Congratulations to our Winners:

strwbrygrllily
jay_of_lasgalen
just_ann_now
couchspudprotem
BijouxIce
Lynn A. Aderholt
Daphne Knudson
em_nat
Nightwing Whitehead

You will each receive a download code by e-mail for your free copy of the new audiobook of THE FALL OF THE KINGS.  We'll need a working e-mail address to send that to you, so please drop us a Comment here with your preferred e-dress. Don't worry:  We have LJ comments on this post screened so no one but my assistant, Laura, and I will see them.
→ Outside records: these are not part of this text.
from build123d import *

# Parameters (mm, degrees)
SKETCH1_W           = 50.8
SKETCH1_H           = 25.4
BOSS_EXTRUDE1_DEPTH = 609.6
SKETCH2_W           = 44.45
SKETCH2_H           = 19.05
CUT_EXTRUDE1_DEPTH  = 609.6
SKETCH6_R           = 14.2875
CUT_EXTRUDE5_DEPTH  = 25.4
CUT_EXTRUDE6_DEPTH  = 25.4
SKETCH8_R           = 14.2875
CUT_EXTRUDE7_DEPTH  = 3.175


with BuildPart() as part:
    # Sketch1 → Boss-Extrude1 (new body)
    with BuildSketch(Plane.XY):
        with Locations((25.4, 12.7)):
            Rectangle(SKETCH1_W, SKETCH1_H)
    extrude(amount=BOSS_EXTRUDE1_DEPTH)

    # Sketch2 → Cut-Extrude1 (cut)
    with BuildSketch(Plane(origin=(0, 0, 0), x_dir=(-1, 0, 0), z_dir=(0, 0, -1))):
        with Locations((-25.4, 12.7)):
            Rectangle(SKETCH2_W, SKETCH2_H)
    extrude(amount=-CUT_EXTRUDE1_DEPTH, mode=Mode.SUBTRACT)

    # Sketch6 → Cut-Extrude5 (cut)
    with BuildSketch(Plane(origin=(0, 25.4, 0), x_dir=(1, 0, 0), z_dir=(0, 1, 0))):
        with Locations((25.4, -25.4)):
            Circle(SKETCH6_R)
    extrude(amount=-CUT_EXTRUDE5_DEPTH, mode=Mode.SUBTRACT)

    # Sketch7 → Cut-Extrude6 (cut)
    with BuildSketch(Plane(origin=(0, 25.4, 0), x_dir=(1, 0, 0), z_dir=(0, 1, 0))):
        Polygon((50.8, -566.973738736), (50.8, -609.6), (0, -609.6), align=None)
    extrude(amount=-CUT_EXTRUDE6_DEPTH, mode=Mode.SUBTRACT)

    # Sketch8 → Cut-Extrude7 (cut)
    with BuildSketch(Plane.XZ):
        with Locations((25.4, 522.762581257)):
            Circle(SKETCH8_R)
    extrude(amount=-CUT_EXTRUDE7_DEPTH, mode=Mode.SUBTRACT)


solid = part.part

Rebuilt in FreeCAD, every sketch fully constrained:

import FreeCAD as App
import Part
import Sketcher

V = App.Vector
Q = App.Units.Quantity

doc = App.newDocument("Part")
body = doc.addObject("PartDesign::Body", "Body")

sketch1 = body.newObject("Sketcher::SketchObject", "Sketch")
sketch1.AttachmentSupport = (doc.getObject("XY_Plane"), [""])
sketch1.MapMode = "FlatFace"
sketch1.addGeometry(Part.LineSegment(V(0, 25, 0), V(0, 0, 0)), False)
sketch1.addGeometry(Part.LineSegment(V(0, 0, 0), V(51, 0, 0)), False)
sketch1.addGeometry(Part.LineSegment(V(51, 0, 0), V(51, 25, 0)), False)
sketch1.addGeometry(Part.LineSegment(V(51, 25, 0), V(0, 25, 0)), False)
sketch1.addConstraint(Sketcher.Constraint("Coincident", 0, 2, 1, 1))
sketch1.addConstraint(Sketcher.Constraint("Coincident", 1, 2, 2, 1))
sketch1.addConstraint(Sketcher.Constraint("Coincident", 2, 2, 3, 1))
sketch1.addConstraint(Sketcher.Constraint("Coincident", 3, 2, 0, 1))
sketch1.addConstraint(Sketcher.Constraint("Vertical", 0))
sketch1.addConstraint(Sketcher.Constraint("Horizontal", 1))
sketch1.addConstraint(Sketcher.Constraint("Vertical", 2))
sketch1.addConstraint(Sketcher.Constraint("Horizontal", 3))
sketch1.addConstraint(Sketcher.Constraint("Coincident", 0, 2, -1, 1))
sketch1.addConstraint(Sketcher.Constraint("DistanceX", 1, 1, 1, 2, Q("2 in")))
sketch1.addConstraint(Sketcher.Constraint("DistanceY", 0, 2, 0, 1, Q("1 in")))
pad1 = body.newObject("PartDesign::Pad", "Pad")
pad1.Profile = sketch1
pad1.Length = Q("24 in")

sketch2 = body.newObject("Sketcher::SketchObject", "Sketch001")
sketch2.AttachmentSupport = (doc.getObject("XY_Plane"), [""])
sketch2.MapMode = "FlatFace"
sketch2.addGeometry(Part.LineSegment(V(48, 22, 0), V(48, 3, 0)), False)
sketch2.addGeometry(Part.LineSegment(V(48, 3, 0), V(3, 3, 0)), False)
sketch2.addGeometry(Part.LineSegment(V(3, 3, 0), V(3, 22, 0)), False)
sketch2.addGeometry(Part.LineSegment(V(3, 22, 0), V(48, 22, 0)), False)
sketch2.addConstraint(Sketcher.Constraint("Coincident", 0, 2, 1, 1))
sketch2.addConstraint(Sketcher.Constraint("Coincident", 1, 2, 2, 1))
sketch2.addConstraint(Sketcher.Constraint("Coincident", 2, 2, 3, 1))
sketch2.addConstraint(Sketcher.Constraint("Coincident", 3, 2, 0, 1))
sketch2.addConstraint(Sketcher.Constraint("Vertical", 0))
sketch2.addConstraint(Sketcher.Constraint("Horizontal", 1))
sketch2.addConstraint(Sketcher.Constraint("Vertical", 2))
sketch2.addConstraint(Sketcher.Constraint("Horizontal", 3))
sketch2.addConstraint(Sketcher.Constraint("DistanceX", 1, 2, 1, 1, Q("1.75 in")))
sketch2.addConstraint(Sketcher.Constraint("DistanceY", 0, 2, 0, 1, Q("0.75 in")))
sketch2.addConstraint(Sketcher.Constraint("DistanceX", -1, 1, 0, 2, Q("1.875 in")))
sketch2.addConstraint(Sketcher.Constraint("DistanceY", -1, 1, 0, 2, Q("0.125 in")))
pocket1 = body.newObject("PartDesign::Pocket", "Pocket")
pocket1.Profile = sketch2
pocket1.Length = Q("24 in")
pocket1.Reversed = True

sketch3 = body.newObject("Sketcher::SketchObject", "Sketch002")
sketch3.AttachmentSupport = (doc.getObject("XZ_Plane"), [""])
sketch3.MapMode = "FlatFace"
sketch3.AttachmentOffset = App.Placement(V(0, 0, -1 * 25.4), App.Rotation())
sketch3.addGeometry(Part.Circle(V(25, 25, 0), V(0, 0, 1), 14), False)
sketch3.addConstraint(Sketcher.Constraint("Diameter", 0, Q("1.125 in")))
sketch3.addConstraint(Sketcher.Constraint("DistanceX", -1, 1, 0, 3, Q("1 in")))
sketch3.addConstraint(Sketcher.Constraint("DistanceY", -1, 1, 0, 3, Q("1 in")))
pocket2 = body.newObject("PartDesign::Pocket", "Pocket001")
pocket2.Profile = sketch3
pocket2.Length = Q("1 in")
pocket2.Reversed = True

sketch4 = body.newObject("Sketcher::SketchObject", "Sketch003")
sketch4.AttachmentSupport = (doc.getObject("XZ_Plane"), [""])
sketch4.MapMode = "FlatFace"
sketch4.AttachmentOffset = App.Placement(V(0, 0, -1 * 25.4), App.Rotation())
sketch4.addGeometry(Part.LineSegment(V(51, 610, 0), V(51, 567, 0)), False)
sketch4.addGeometry(Part.LineSegment(V(51, 567, 0), V(0, 610, 0)), False)
sketch4.addGeometry(Part.LineSegment(V(0, 610, 0), V(51, 610, 0)), False)
sketch4.addConstraint(Sketcher.Constraint("Coincident", 0, 2, 1, 1))
sketch4.addConstraint(Sketcher.Constraint("Coincident", 1, 2, 2, 1))
sketch4.addConstraint(Sketcher.Constraint("Coincident", 2, 2, 0, 1))
sketch4.addConstraint(Sketcher.Constraint("Vertical", 0))
sketch4.addConstraint(Sketcher.Constraint("Horizontal", 2))
sketch4.addConstraint(Sketcher.Constraint("PointOnObject", 1, 2, -2))
sketch4.addConstraint(Sketcher.Constraint("DistanceX", 2, 1, 2, 2, Q("2 in")))
sketch4.addConstraint(Sketcher.Constraint("DistanceY", -1, 1, 1, 2, Q("24 in")))
sketch4.addConstraint(Sketcher.Constraint("Angle", 1, Q("140 deg")))
pocket3 = body.newObject("PartDesign::Pocket", "Pocket002")
pocket3.Profile = sketch4
pocket3.Length = Q("1 in")
pocket3.Reversed = True

sketch5 = body.newObject("Sketcher::SketchObject", "Sketch004")
sketch5.AttachmentSupport = (doc.getObject("XZ_Plane"), [""])
sketch5.MapMode = "FlatFace"
sketch5.addGeometry(Part.Circle(V(25, 523, 0), V(0, 0, 1), 14), False)
sketch5.addConstraint(Sketcher.Constraint("Diameter", 0, Q("1.125 in")))
sketch5.addConstraint(Sketcher.Constraint("DistanceX", -1, 1, 0, 3, Q("1 in")))
sketch5.addConstraint(Sketcher.Constraint("DistanceY", -1, 1, 0, 3, 522.762581))
pocket4 = body.newObject("PartDesign::Pocket", "Pocket003")
pocket4.Profile = sketch5
pocket4.Length = Q("0.125 in")

doc.recompute()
If you'd prefer to DM me at Facebook, that's OK, too.

And while we're on the subject of things we need from our winners:
We'd also like to include as many of the recipes & menus as we can on my forthcoming NEW website (!!!) in the all-new, all-revised CUISINE section of "The World of Riverside" (designed by the fabulous Tara O'Shea!).  Please let us know if you are willing to let us post your recipe there, possibly along with your original note from my LiveJournal explaining your entry.  We will give credit where credit is due, so if you're willing, just let us know how you'd like to be credited:  your real name? your blog name? or even "Anonymous?" -  and what link, if any, you'd like us to link your name to.

Again, thanks to everyone who participated by entering or helping to spread the word!

Hmmm.....speaking of SPREAD . . . do we have any of that goat cheese left?